BEGIN SUPPLIED MATERIAL

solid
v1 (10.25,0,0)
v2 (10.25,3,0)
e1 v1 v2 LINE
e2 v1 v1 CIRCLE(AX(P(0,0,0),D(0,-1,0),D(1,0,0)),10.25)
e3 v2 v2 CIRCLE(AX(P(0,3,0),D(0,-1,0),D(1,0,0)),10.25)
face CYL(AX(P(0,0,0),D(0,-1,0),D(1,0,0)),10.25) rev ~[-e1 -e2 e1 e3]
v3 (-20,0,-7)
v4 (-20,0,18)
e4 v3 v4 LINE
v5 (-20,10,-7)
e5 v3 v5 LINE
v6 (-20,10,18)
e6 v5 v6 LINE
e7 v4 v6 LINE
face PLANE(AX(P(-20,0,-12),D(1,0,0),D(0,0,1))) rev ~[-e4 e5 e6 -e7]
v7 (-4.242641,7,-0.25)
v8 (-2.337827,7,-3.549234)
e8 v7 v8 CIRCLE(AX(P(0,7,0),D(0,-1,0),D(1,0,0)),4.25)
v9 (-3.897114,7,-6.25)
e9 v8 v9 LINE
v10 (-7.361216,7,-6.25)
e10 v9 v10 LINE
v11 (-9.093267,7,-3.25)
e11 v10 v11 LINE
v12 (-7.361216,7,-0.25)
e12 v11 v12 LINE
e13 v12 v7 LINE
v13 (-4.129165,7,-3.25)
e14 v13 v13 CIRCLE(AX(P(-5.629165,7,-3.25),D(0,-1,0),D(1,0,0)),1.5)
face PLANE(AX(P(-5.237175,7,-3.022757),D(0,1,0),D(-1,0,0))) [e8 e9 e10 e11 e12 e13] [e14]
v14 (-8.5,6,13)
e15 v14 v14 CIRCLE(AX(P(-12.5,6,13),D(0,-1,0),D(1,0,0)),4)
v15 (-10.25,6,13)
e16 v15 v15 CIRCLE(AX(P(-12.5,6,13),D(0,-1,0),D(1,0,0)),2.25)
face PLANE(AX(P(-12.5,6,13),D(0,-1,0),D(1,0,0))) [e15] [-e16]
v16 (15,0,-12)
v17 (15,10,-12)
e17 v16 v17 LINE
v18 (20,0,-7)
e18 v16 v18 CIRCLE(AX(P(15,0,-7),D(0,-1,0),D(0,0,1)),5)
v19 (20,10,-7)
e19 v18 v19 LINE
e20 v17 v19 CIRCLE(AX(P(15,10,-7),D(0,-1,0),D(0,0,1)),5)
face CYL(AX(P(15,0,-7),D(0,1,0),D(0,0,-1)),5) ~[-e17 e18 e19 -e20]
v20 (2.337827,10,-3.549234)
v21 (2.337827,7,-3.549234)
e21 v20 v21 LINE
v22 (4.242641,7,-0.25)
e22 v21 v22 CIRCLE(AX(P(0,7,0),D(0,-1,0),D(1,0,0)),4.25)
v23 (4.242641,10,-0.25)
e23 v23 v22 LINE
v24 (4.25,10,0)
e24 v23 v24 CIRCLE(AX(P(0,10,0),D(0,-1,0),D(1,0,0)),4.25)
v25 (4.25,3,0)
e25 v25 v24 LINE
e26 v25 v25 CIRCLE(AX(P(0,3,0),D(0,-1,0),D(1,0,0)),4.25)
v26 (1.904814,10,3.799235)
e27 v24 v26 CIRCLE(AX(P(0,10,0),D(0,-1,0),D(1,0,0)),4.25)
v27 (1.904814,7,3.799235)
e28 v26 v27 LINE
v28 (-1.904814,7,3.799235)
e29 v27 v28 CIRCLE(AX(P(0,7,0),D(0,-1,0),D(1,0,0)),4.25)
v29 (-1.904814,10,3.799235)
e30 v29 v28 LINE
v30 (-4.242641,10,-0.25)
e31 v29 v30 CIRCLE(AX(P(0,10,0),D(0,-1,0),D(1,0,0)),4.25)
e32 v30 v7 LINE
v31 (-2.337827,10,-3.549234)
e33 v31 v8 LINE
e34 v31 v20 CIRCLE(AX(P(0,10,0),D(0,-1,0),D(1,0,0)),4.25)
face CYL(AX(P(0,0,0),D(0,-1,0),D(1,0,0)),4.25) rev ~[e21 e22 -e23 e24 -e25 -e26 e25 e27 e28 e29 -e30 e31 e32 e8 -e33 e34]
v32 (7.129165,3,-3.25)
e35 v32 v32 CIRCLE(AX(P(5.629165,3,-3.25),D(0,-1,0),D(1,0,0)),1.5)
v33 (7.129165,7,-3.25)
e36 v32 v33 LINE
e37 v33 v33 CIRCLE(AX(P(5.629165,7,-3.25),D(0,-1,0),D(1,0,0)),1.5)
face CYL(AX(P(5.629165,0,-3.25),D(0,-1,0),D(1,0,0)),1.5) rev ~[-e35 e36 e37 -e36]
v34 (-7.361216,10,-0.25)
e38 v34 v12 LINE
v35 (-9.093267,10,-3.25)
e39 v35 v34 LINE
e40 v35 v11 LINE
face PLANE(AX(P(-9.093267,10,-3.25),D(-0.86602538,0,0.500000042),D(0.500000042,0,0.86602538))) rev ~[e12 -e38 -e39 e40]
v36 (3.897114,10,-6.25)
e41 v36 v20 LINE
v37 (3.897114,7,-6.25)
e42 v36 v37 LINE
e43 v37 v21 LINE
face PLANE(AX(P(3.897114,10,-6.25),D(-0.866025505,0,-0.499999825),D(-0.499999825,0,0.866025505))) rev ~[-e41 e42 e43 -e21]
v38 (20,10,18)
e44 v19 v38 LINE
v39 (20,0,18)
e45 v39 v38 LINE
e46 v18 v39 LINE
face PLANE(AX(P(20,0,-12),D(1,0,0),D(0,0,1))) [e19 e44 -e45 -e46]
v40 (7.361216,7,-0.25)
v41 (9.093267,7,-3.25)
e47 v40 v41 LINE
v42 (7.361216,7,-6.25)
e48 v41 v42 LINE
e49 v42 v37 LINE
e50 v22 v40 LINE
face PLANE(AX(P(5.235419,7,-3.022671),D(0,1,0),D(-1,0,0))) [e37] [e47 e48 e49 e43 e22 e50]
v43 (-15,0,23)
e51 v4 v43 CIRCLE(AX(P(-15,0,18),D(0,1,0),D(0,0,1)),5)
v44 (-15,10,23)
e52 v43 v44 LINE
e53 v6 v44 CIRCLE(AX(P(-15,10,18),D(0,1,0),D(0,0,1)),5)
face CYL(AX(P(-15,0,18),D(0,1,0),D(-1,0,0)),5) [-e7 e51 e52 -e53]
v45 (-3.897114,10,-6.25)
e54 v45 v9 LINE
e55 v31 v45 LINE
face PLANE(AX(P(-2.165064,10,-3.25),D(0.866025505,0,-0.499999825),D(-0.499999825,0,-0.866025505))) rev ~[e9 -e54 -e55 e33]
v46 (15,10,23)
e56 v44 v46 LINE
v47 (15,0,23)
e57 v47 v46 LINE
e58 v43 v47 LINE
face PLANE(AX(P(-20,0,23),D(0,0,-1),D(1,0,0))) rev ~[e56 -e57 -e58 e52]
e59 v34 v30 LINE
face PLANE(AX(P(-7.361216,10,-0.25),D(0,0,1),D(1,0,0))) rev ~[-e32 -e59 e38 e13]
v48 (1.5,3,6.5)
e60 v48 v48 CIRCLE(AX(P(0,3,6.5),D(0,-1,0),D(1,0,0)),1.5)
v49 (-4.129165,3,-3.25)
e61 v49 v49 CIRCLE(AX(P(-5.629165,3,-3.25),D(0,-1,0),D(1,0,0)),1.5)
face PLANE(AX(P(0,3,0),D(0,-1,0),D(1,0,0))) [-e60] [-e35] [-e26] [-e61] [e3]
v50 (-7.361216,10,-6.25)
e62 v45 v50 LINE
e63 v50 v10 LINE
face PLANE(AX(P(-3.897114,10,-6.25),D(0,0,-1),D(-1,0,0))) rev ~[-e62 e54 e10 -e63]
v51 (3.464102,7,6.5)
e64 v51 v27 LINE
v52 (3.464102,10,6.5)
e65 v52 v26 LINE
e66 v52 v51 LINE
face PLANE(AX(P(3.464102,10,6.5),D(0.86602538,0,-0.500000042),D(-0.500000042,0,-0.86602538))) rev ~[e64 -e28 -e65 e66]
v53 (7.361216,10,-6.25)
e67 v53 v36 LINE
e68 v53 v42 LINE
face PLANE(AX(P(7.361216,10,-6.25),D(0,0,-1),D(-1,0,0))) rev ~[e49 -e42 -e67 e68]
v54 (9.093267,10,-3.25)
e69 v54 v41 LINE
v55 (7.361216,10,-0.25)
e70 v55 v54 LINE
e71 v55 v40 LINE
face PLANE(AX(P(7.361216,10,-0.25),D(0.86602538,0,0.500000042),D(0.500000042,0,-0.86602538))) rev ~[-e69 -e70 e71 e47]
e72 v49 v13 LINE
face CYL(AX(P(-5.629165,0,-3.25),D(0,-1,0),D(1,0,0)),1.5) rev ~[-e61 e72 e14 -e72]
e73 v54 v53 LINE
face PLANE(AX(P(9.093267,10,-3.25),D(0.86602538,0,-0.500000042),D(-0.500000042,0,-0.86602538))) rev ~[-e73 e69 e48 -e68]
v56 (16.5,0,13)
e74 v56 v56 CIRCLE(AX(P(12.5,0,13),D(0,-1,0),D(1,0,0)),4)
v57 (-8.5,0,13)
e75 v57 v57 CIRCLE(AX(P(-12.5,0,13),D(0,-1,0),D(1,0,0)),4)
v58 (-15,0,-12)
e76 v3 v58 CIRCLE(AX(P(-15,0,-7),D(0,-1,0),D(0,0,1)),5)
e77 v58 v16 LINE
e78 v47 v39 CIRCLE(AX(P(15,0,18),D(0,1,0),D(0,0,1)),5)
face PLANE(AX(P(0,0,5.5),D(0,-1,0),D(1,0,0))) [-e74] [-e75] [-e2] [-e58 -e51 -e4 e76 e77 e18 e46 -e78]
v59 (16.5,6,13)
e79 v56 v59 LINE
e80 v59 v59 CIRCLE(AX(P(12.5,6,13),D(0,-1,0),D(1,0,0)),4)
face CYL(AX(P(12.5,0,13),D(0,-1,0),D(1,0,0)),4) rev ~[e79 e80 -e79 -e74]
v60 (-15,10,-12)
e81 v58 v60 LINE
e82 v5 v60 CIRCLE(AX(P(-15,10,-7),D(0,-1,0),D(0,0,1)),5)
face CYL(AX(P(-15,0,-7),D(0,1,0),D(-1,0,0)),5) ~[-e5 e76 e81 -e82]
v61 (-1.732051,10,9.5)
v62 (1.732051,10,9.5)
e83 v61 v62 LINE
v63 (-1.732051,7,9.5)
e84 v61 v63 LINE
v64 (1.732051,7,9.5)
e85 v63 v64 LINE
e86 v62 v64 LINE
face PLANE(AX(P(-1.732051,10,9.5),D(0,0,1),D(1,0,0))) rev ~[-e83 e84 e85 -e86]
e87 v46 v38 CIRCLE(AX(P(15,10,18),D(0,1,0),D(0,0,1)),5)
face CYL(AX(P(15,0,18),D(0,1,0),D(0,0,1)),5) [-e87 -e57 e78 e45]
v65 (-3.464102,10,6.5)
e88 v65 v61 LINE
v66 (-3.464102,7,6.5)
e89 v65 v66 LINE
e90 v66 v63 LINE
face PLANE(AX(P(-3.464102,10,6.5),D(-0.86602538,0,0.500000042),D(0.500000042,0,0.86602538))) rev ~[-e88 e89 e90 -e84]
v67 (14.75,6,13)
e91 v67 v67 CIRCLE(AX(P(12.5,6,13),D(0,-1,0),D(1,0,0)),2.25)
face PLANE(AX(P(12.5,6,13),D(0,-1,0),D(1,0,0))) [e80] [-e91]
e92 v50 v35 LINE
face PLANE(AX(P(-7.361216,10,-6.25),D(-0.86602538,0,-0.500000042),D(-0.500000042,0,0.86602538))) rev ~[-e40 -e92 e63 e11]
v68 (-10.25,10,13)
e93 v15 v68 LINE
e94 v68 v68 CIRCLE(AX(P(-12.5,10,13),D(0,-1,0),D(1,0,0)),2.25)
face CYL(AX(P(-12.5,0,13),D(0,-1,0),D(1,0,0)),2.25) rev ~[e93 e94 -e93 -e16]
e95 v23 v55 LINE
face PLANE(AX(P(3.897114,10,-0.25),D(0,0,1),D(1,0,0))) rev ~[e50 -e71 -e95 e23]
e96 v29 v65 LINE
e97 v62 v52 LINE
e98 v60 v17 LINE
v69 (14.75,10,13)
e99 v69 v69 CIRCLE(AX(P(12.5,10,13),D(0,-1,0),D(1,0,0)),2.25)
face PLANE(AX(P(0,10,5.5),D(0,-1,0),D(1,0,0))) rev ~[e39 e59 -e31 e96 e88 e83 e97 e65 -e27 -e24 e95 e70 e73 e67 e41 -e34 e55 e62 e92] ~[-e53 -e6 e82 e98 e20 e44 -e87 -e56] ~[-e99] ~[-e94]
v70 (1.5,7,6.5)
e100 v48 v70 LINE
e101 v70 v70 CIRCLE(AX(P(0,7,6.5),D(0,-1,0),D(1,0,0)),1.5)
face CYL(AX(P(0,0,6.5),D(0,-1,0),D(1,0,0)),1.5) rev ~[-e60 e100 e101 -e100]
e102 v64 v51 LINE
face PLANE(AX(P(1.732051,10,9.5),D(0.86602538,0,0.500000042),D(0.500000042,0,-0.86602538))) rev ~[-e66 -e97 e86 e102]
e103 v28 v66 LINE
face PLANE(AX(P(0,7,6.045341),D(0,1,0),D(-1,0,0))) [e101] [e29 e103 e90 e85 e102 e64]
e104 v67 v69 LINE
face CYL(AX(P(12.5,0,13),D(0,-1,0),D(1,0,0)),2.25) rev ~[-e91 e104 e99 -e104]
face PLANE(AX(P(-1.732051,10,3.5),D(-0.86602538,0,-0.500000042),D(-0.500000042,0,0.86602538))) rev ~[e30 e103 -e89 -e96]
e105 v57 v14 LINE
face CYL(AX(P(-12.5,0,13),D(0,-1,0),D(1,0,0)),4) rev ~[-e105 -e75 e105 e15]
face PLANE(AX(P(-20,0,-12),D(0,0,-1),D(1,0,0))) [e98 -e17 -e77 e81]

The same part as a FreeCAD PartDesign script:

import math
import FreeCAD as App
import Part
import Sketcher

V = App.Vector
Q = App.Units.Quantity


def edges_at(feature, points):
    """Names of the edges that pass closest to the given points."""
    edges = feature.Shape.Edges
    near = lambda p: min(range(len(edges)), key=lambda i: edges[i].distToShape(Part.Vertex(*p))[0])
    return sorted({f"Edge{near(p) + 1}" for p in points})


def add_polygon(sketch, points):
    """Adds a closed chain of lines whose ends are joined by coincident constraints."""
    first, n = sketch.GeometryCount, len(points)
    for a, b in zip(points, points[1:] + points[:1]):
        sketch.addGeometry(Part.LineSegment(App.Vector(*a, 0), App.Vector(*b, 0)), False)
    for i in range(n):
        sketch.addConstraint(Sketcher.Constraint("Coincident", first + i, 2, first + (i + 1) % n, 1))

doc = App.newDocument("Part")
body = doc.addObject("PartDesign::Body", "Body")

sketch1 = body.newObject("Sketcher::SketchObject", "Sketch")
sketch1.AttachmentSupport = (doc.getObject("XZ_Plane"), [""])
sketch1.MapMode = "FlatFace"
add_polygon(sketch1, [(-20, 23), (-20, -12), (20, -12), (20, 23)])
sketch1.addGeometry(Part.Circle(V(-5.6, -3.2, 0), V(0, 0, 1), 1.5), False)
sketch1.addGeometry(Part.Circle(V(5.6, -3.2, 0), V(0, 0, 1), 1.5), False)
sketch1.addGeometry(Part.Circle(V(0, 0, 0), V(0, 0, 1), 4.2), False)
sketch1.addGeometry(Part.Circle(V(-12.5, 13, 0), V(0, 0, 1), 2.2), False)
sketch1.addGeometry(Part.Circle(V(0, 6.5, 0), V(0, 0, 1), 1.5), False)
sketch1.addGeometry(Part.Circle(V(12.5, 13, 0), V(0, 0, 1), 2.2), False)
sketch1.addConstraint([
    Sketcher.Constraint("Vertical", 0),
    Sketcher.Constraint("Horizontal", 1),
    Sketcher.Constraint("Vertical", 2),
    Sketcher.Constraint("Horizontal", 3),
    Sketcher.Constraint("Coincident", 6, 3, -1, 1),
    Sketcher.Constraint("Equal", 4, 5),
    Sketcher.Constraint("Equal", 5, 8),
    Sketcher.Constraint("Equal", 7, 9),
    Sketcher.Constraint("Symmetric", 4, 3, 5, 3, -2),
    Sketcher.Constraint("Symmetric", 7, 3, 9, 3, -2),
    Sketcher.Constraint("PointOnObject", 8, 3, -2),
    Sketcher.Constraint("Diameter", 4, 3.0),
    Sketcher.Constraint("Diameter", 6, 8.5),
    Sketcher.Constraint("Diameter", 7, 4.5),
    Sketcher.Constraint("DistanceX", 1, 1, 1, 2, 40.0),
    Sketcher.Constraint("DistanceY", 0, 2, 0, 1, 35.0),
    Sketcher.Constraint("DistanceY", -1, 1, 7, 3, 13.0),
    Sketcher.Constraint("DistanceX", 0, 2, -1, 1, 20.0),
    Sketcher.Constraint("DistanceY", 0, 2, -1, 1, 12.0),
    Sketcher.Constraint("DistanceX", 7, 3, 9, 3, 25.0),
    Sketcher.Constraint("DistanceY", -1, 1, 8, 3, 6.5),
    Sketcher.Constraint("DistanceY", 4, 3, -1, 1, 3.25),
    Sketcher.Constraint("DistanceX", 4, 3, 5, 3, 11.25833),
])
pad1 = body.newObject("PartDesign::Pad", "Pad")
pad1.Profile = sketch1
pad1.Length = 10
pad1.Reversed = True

END SUPPLIED MATERIAL

**INSTRUCTIONS FOR THE TASK**. Nothing but an exact copy of the lines from the start of the entries through the line containing "e11 v10 v11 LINE" belongs in the response.

**ANSWER**.
solid
v1 (10.25,0,0)
v2 (10.25,3,0)
e1 v1 v2 LINE
e2 v1 v1 CIRCLE(AX(P(0,0,0),D(0,-1,0),D(1,0,0)),10.25)
e3 v2 v2 CIRCLE(AX(P(0,3,0),D(0,-1,0),D(1,0,0)),10.25)
face CYL(AX(P(0,0,0),D(0,-1,0),D(1,0,0)),10.25) rev ~[-e1 -e2 e1 e3]
v3 (-20,0,-7)
v4 (-20,0,18)
e4 v3 v4 LINE
v5 (-20,10,-7)
e5 v3 v5 LINE
v6 (-20,10,18)
e6 v5 v6 LINE
e7 v4 v6 LINE
face PLANE(AX(P(-20,0,-12),D(1,0,0),D(0,0,1))) rev ~[-e4 e5 e6 -e7]
v7 (-4.242641,7,-0.25)
v8 (-2.337827,7,-3.549234)
e8 v7 v8 CIRCLE(AX(P(0,7,0),D(0,-1,0),D(1,0,0)),4.25)
v9 (-3.897114,7,-6.25)
e9 v8 v9 LINE
v10 (-7.361216,7,-6.25)
e10 v9 v10 LINE
v11 (-9.093267,7,-3.25)
e11 v10 v11 LINE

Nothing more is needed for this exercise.